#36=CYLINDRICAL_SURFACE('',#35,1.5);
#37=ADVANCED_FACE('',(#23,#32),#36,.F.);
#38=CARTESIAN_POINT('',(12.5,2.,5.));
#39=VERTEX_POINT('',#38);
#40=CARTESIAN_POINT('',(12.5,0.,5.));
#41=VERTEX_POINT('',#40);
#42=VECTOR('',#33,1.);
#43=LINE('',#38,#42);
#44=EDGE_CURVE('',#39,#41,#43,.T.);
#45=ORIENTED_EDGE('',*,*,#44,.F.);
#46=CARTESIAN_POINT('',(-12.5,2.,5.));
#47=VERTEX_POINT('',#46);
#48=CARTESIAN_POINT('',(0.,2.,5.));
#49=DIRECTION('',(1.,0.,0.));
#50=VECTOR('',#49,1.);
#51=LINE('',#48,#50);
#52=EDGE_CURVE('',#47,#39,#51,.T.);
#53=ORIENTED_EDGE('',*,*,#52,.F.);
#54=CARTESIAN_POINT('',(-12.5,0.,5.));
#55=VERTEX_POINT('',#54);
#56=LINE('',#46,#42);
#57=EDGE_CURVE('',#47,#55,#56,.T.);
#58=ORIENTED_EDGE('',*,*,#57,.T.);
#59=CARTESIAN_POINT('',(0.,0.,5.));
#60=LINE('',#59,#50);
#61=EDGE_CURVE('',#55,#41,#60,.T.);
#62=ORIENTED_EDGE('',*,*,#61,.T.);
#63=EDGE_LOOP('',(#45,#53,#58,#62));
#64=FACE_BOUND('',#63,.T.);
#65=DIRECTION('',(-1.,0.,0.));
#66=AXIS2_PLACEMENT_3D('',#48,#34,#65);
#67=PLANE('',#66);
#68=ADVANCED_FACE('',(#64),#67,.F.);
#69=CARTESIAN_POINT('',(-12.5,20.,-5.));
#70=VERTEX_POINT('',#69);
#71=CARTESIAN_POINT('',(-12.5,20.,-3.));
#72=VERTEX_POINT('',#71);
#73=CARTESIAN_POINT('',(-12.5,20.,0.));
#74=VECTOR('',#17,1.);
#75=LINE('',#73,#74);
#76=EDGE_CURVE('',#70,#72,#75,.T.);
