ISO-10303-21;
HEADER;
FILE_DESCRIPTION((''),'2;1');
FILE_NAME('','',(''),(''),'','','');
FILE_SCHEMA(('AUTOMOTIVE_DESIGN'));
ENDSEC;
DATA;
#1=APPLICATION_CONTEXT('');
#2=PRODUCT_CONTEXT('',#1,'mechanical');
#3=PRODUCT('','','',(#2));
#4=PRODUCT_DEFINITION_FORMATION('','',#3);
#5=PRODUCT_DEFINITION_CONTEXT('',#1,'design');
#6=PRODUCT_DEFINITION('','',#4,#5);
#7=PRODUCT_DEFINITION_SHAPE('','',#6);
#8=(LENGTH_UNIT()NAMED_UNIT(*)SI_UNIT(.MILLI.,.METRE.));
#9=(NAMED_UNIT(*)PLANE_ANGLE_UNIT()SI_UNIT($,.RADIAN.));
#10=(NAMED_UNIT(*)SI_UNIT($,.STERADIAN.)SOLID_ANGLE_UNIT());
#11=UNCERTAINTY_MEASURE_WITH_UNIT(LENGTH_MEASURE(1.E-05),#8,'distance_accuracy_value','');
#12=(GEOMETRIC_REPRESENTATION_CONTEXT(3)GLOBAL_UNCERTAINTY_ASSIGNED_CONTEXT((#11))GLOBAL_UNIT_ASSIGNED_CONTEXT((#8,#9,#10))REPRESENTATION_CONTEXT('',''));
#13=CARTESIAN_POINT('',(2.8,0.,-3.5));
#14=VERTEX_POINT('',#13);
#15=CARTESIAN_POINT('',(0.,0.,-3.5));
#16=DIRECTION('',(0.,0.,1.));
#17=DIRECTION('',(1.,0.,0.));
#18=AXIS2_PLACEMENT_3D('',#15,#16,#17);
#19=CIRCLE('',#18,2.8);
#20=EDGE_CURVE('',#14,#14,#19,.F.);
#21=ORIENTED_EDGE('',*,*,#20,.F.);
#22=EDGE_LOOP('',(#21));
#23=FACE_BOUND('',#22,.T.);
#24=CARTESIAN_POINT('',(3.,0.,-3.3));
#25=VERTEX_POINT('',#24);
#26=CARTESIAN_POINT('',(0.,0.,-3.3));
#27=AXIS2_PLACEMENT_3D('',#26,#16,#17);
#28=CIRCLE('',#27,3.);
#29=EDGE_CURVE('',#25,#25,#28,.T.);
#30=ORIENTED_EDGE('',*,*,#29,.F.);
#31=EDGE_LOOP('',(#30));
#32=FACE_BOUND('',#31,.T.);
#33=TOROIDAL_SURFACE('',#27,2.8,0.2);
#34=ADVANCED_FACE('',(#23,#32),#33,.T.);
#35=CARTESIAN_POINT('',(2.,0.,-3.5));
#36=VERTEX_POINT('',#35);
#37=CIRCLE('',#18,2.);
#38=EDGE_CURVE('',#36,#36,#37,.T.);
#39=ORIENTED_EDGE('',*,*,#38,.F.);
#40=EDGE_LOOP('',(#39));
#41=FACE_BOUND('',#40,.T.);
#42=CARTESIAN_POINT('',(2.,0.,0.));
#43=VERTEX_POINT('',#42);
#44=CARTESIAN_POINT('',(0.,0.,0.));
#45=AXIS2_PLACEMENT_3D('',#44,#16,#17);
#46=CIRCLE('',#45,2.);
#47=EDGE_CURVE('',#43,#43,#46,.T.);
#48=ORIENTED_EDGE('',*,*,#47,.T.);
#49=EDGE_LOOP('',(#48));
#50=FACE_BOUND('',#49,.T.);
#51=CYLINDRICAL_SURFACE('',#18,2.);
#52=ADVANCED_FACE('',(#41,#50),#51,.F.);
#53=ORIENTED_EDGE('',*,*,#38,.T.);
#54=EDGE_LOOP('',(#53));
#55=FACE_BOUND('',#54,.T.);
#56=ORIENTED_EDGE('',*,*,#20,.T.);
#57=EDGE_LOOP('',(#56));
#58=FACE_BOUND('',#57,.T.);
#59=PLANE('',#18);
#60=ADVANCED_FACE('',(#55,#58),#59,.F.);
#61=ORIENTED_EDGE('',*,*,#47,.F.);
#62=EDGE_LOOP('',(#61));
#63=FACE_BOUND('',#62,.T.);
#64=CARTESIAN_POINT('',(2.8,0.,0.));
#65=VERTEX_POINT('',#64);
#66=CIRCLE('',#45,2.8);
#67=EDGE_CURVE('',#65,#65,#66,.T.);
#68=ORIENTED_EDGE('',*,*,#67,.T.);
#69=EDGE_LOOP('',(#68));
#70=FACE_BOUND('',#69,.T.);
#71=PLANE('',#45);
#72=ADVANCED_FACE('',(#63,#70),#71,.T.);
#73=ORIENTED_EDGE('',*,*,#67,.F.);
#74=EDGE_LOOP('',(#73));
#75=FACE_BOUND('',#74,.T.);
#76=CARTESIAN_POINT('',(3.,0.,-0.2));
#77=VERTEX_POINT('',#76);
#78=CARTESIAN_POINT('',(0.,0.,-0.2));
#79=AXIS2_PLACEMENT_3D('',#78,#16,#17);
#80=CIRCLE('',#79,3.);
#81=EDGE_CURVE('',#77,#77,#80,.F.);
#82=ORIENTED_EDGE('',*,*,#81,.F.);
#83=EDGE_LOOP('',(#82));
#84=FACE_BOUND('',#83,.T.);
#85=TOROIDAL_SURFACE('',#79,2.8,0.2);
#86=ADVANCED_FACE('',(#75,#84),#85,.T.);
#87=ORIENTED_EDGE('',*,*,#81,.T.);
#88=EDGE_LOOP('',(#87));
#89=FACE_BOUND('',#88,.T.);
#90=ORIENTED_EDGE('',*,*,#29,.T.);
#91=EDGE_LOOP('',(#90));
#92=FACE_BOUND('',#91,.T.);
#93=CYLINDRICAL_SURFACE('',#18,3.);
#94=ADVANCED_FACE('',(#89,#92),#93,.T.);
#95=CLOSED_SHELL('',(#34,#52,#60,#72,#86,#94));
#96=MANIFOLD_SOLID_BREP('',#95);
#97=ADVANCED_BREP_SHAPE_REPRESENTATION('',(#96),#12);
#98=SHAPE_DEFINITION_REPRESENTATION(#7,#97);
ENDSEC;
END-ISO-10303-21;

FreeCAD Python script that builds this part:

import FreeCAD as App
import Part
import Sketcher
Q = App.Units.Quantity


def edges_at(feature, points):
    """Names of the edges that pass closest to the given points."""
    edges = feature.Shape.Edges
    near = lambda p: min(range(len(edges)), key=lambda i: edges[i].distToShape(Part.Vertex(*p))[0])
    return sorted({f"Edge{near(p) + 1}" for p in points})

doc = App.newDocument("Part")
params = doc.addObject("Spreadsheet::Sheet", "Params")
for row, (alias, value) in enumerate([
    ("sketch1_diameter", "6 mm"),
    ("sketch1_diameter2", "4 mm"),
    ("pad1_length", "3.5 mm"),
    ("fillet_radius", "0.2 mm"),
], start=1):
    params.set(f"A{row}", alias)
    params.set(f"B{row}", "=" + value)
    params.setAlias(f"B{row}", alias)

body = doc.addObject("PartDesign::Body", "Body")

# Sketch on XY plane
sketch1 = body.newObject("Sketcher::SketchObject", "Sketch")
sketch1.AttachmentSupport = (doc.getObject("XY_Plane"), [""])
sketch1.MapMode = "FlatFace"
sketch1.addGeometry([
    Part.Circle(App.Vector(0, 0, 0), App.Vector(0, 0, 1), 3),
    Part.Circle(App.Vector(0, 0, 0), App.Vector(0, 0, 1), 2),
], False)
sketch1.addConstraint([
    Sketcher.Constraint("Coincident", 0, 3, -1, 1),
    Sketcher.Constraint("Coincident", 1, 3, -1, 1),
    Sketcher.Constraint("Diameter", 0, Q("6 mm")),
    Sketcher.Constraint("Diameter", 1, Q("4 mm")),
])
sketch1.setExpression("Constraints[2]", "Params.sketch1_diameter")
sketch1.setExpression("Constraints[3]", "Params.sketch1_diameter2")
pad1 = body.newObject("PartDesign::Pad", "Pad")
pad1.Profile = sketch1
pad1.setExpression("Length", "Params.pad1_length")
pad1.Reversed = True
doc.recompute()

fillet = body.newObject("PartDesign::Fillet", "Fillet")
fillet.Base = (pad1, edges_at(pad1, [(-3, 0, 0), (-3, 0, -3.5)]))
fillet.setExpression("Radius", "Params.fillet_radius")

doc.recompute()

--------------------

◆ About this task
Could you set down, exactly as written, the lines above between the one holding "#38=CARTESIAN_POINT('',(12.5,2.,5.));" and the one holding "#1=APPLICATION_CONTEXT('');", inclusive, and nothing more?

◆ Response to the exercise
#38=CARTESIAN_POINT('',(12.5,2.,5.));
#39=VERTEX_POINT('',#38);
#40=CARTESIAN_POINT('',(12.5,0.,5.));
#41=VERTEX_POINT('',#40);
#42=VECTOR('',#33,1.);
#43=LINE('',#38,#42);
#44=EDGE_CURVE('',#39,#41,#43,.T.);
#45=ORIENTED_EDGE('',*,*,#44,.F.);
#46=CARTESIAN_POINT('',(-12.5,2.,5.));
#47=VERTEX_POINT('',#46);
#48=CARTESIAN_POINT('',(0.,2.,5.));
#49=DIRECTION('',(1.,0.,0.));
#50=VECTOR('',#49,1.);
#51=LINE('',#48,#50);
#52=EDGE_CURVE('',#47,#39,#51,.T.);
#53=ORIENTED_EDGE('',*,*,#52,.F.);
#54=CARTESIAN_POINT('',(-12.5,0.,5.));
#55=VERTEX_POINT('',#54);
#56=LINE('',#46,#42);
#57=EDGE_CURVE('',#47,#55,#56,.T.);
#58=ORIENTED_EDGE('',*,*,#57,.T.);
#59=CARTESIAN_POINT('',(0.,0.,5.));
#60=LINE('',#59,#50);
#61=EDGE_CURVE('',#55,#41,#60,.T.);
#62=ORIENTED_EDGE('',*,*,#61,.T.);
#63=EDGE_LOOP('',(#45,#53,#58,#62));
#64=FACE_BOUND('',#63,.T.);
#65=DIRECTION('',(-1.,0.,0.));
#66=AXIS2_PLACEMENT_3D('',#48,#34,#65);
#67=PLANE('',#66);
#68=ADVANCED_FACE('',(#64),#67,.F.);
#69=CARTESIAN_POINT('',(-12.5,20.,-5.));
#70=VERTEX_POINT('',#69);
#71=CARTESIAN_POINT('',(-12.5,20.,-3.));
#72=VERTEX_POINT('',#71);
#73=CARTESIAN_POINT('',(-12.5,20.,0.));
#74=VECTOR('',#17,1.);
#75=LINE('',#73,#74);
#76=EDGE_CURVE('',#70,#72,#75,.T.);
ISO-10303-21;
HEADER;
FILE_DESCRIPTION((''),'2;1');
FILE_NAME('','',(''),(''),'','','');
FILE_SCHEMA(('AUTOMOTIVE_DESIGN'));
ENDSEC;
DATA;
#1=APPLICATION_CONTEXT('');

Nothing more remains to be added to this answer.